[YOUR INSTRUCTIONS]:
Within the entries below, find the portion that opens with the line containing "#222=CARTESIAN_POINT('',(20.,25.,25.));" and closes with the line containing "#245=EDGE_CURVE('',#193,#239,#244,.T.);". Retype that portion exactly and only.
------ INFORMATION SHOWN
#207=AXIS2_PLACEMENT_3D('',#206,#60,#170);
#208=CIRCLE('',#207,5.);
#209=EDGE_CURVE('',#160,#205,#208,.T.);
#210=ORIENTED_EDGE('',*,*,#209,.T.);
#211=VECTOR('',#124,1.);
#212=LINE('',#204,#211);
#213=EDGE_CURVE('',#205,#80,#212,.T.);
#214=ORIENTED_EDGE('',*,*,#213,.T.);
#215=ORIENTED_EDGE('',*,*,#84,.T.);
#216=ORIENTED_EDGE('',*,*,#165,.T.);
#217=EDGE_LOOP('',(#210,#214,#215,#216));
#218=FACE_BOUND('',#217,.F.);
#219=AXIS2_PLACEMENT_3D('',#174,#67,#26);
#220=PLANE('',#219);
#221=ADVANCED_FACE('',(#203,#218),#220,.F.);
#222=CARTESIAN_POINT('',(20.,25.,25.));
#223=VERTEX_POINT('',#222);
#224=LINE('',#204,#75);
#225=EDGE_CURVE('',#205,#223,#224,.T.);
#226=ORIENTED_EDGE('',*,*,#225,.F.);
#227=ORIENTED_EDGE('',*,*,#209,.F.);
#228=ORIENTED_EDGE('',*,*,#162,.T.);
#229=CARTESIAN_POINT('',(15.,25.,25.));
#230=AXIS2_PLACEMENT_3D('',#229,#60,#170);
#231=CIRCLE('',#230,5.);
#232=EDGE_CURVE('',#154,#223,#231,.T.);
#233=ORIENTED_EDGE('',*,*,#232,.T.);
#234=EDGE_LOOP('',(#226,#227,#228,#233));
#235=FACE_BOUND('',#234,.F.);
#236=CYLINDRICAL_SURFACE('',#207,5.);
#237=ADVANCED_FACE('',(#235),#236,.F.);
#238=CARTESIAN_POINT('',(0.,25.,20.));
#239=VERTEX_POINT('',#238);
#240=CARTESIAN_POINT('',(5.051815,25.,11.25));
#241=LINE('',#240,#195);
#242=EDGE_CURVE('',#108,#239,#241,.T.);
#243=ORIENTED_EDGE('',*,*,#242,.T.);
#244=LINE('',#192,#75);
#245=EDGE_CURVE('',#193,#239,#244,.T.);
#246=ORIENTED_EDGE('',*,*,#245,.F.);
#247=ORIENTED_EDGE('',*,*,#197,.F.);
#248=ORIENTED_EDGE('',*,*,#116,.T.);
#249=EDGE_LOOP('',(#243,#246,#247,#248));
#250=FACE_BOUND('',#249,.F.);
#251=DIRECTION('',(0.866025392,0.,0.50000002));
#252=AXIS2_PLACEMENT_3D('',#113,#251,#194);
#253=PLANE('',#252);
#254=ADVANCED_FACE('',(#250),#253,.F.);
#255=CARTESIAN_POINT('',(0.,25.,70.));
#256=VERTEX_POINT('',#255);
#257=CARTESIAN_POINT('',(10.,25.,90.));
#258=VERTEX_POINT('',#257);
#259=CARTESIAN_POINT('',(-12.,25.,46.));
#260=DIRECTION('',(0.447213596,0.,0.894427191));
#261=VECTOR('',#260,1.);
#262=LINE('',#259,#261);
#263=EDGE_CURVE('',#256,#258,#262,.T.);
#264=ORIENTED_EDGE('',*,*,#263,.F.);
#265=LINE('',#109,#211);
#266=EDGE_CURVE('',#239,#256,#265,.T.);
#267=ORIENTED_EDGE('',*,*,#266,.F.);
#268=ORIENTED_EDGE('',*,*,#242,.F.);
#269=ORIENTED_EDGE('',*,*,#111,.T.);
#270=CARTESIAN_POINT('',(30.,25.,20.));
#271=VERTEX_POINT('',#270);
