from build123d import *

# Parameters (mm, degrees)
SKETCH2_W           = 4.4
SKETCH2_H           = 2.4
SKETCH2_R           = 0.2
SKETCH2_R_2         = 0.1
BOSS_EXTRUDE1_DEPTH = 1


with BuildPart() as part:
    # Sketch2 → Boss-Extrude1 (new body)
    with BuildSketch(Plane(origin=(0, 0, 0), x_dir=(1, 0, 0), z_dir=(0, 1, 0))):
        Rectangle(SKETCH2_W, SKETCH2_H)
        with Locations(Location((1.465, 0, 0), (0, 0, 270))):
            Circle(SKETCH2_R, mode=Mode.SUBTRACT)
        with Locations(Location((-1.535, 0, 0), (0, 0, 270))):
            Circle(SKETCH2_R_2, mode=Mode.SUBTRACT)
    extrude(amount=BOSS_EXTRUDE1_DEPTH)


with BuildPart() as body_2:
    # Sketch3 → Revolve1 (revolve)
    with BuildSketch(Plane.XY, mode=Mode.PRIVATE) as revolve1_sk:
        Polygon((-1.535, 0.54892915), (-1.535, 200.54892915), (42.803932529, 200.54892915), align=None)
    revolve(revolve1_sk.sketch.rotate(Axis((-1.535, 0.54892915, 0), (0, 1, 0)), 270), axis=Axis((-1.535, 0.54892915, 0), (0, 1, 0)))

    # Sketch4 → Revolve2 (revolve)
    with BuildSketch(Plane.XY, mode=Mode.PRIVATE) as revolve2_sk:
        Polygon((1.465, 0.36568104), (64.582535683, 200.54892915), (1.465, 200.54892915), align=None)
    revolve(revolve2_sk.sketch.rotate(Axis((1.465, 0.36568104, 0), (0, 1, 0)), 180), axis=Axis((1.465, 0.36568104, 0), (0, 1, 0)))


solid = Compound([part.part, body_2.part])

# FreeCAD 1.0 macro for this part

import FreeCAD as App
import Part
import Sketcher
Q = App.Units.Quantity


def add_polygon(sketch, points):
    """Adds a closed chain of lines whose ends are joined by coincident constraints."""
    first, n = sketch.GeometryCount, len(points)
    for a, b in zip(points, points[1:] + points[:1]):
        sketch.addGeometry(Part.LineSegment(App.Vector(*a, 0), App.Vector(*b, 0)), False)
    for i in range(n):
        sketch.addConstraint(Sketcher.Constraint("Coincident", first + i, 2, first + (i + 1) % n, 1))

doc = App.newDocument("Part")
body = doc.addObject("PartDesign::Body", "Body")

sketch1 = body.newObject("Sketcher::SketchObject", "Sketch")
sketch1.AttachmentSupport = (doc.getObject("XZ_Plane"), [""])
sketch1.MapMode = "FlatFace"
add_polygon(sketch1, [(-2.2, -1.2), (-2.2, 1.2), (2.2, 1.2), (2.2, -1.2)])
sketch1.addGeometry(Part.Circle(App.Vector(-1.53, 0, 0), App.Vector(0, 0, 1), 0.1), False)
sketch1.addGeometry(Part.Circle(App.Vector(1.47, 0, 0), App.Vector(0, 0, 1), 0.2), False)
sketch1.addConstraint(Sketcher.Constraint("Vertical", 0))
sketch1.addConstraint(Sketcher.Constraint("Horizontal", 1))
sketch1.addConstraint(Sketcher.Constraint("Vertical", 2))
sketch1.addConstraint(Sketcher.Constraint("Horizontal", 3))
sketch1.addConstraint(Sketcher.Constraint("Symmetric", 0, 2, 2, 2, -1, 1))
sketch1.addConstraint(Sketcher.Constraint("PointOnObject", 4, 3, -1))
sketch1.addConstraint(Sketcher.Constraint("PointOnObject", 5, 3, -1))
sketch1.addConstraint(Sketcher.Constraint("Diameter", 4, 0.2))
sketch1.addConstraint(Sketcher.Constraint("Diameter", 5, 0.4))
sketch1.addConstraint(Sketcher.Constraint("DistanceX", 1, 1, 1, 2, 4.4))
sketch1.addConstraint(Sketcher.Constraint("DistanceY", 0, 1, 0, 2, 2.4))
sketch1.addConstraint(Sketcher.Constraint("DistanceX", 4, 3, 5, 3, 3.0))
sketch1.addConstraint(Sketcher.Constraint("DistanceX", 4, 3, -1, 1, 1.535))
pad1 = body.newObject("PartDesign::Pad", "Pad")
pad1.Profile = sketch1
pad1.Length = 1
pad1.Reversed = True
body2 = doc.addObject("PartDesign::Body", "Body001")

sketch2 = body2.newObject("Sketcher::SketchObject", "Sketch001")
sketch2.AttachmentSupport = (doc.getObject("XY_Plane001"), [""])
sketch2.MapMode = "FlatFace"
add_polygon(sketch2, [(-2, 201), (-2, 1), (43, 201)])
sketch2.addGeometry(Part.LineSegment(App.Vector(-2, 1, 0), App.Vector(-2, 201, 0)), True)
sketch2.addConstraint(Sketcher.Constraint("Vertical", 0))
sketch2.addConstraint(Sketcher.Constraint("Horizontal", 2))
sketch2.addConstraint(Sketcher.Constraint("Vertical", 3))
sketch2.addConstraint(Sketcher.Constraint("Coincident", 3, 1, 0, 2))
sketch2.addConstraint(Sketcher.Constraint("Horizontal", 1, 2, 3, 2))
sketch2.addConstraint(Sketcher.Constraint("DistanceY", 0, 2, 0, 1, 200.0))
sketch2.addConstraint(Sketcher.Constraint("Angle", 1, Q("77.5 deg")))
sketch2.addConstraint(Sketcher.Constraint("DistanceX", 0, 2, -1, 1, 1.535))
sketch2.addConstraint(Sketcher.Constraint("DistanceY", -1, 1, 0, 2, 0.548929))
revolution = body2.newObject("PartDesign::Revolution", "Revolution")
revolution.Profile = sketch2
revolution.ReferenceAxis = (sketch2, ["Axis0"])
revolution.Angle = 360

sketch3 = body2.newObject("Sketcher::SketchObject", "Sketch002")
sketch3.AttachmentSupport = (doc.getObject("XY_Plane001"), [""])
sketch3.MapMode = "FlatFace"
add_polygon(sketch3, [(1, 0), (65, 201), (1, 201)])
sketch3.addGeometry(Part.LineSegment(App.Vector(1, 0, 0), App.Vector(1, 201, 0)), True)
sketch3.addConstraint(Sketcher.Constraint("Horizontal", 1))
sketch3.addConstraint(Sketcher.Constraint("Vertical", 2))
sketch3.addConstraint(Sketcher.Constraint("Vertical", 3))
sketch3.addConstraint(Sketcher.Constraint("Coincident", 3, 1, 2, 2))
sketch3.addConstraint(Sketcher.Constraint("Horizontal", 0, 2, 3, 2))
sketch3.addConstraint(Sketcher.Constraint("Angle", 0, Q("72.5 deg")))
sketch3.addConstraint(Sketcher.Constraint("DistanceX", -1, 1, 1, 2, 1.465))
sketch3.addConstraint(Sketcher.Constraint("DistanceY", 2, 2, 2, 1, 200.183248))
sketch3.addConstraint(Sketcher.Constraint("DistanceY", -1, 1, 0, 2, 200.548929))
revolution2 = body2.newObject("PartDesign::Revolution", "Revolution001")
revolution2.Profile = sketch3
revolution2.ReferenceAxis = (sketch3, ["Axis0"])
revolution2.Angle = 360

doc.recompute()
------------
[SOLUTION TO THIS PROBLEM]:
#222=CARTESIAN_POINT('',(20.,25.,25.));
#223=VERTEX_POINT('',#222);
#224=LINE('',#204,#75);
#225=EDGE_CURVE('',#205,#223,#224,.T.);
#226=ORIENTED_EDGE('',*,*,#225,.F.);
#227=ORIENTED_EDGE('',*,*,#209,.F.);
#228=ORIENTED_EDGE('',*,*,#162,.T.);
#229=CARTESIAN_POINT('',(15.,25.,25.));
#230=AXIS2_PLACEMENT_3D('',#229,#60,#170);
#231=CIRCLE('',#230,5.);
#232=EDGE_CURVE('',#154,#223,#231,.T.);
#233=ORIENTED_EDGE('',*,*,#232,.T.);
#234=EDGE_LOOP('',(#226,#227,#228,#233));
#235=FACE_BOUND('',#234,.F.);
#236=CYLINDRICAL_SURFACE('',#207,5.);
#237=ADVANCED_FACE('',(#235),#236,.F.);
#238=CARTESIAN_POINT('',(0.,25.,20.));
#239=VERTEX_POINT('',#238);
#240=CARTESIAN_POINT('',(5.051815,25.,11.25));
#241=LINE('',#240,#195);
#242=EDGE_CURVE('',#108,#239,#241,.T.);
#243=ORIENTED_EDGE('',*,*,#242,.T.);
#244=LINE('',#192,#75);
#245=EDGE_CURVE('',#193,#239,#244,.T.);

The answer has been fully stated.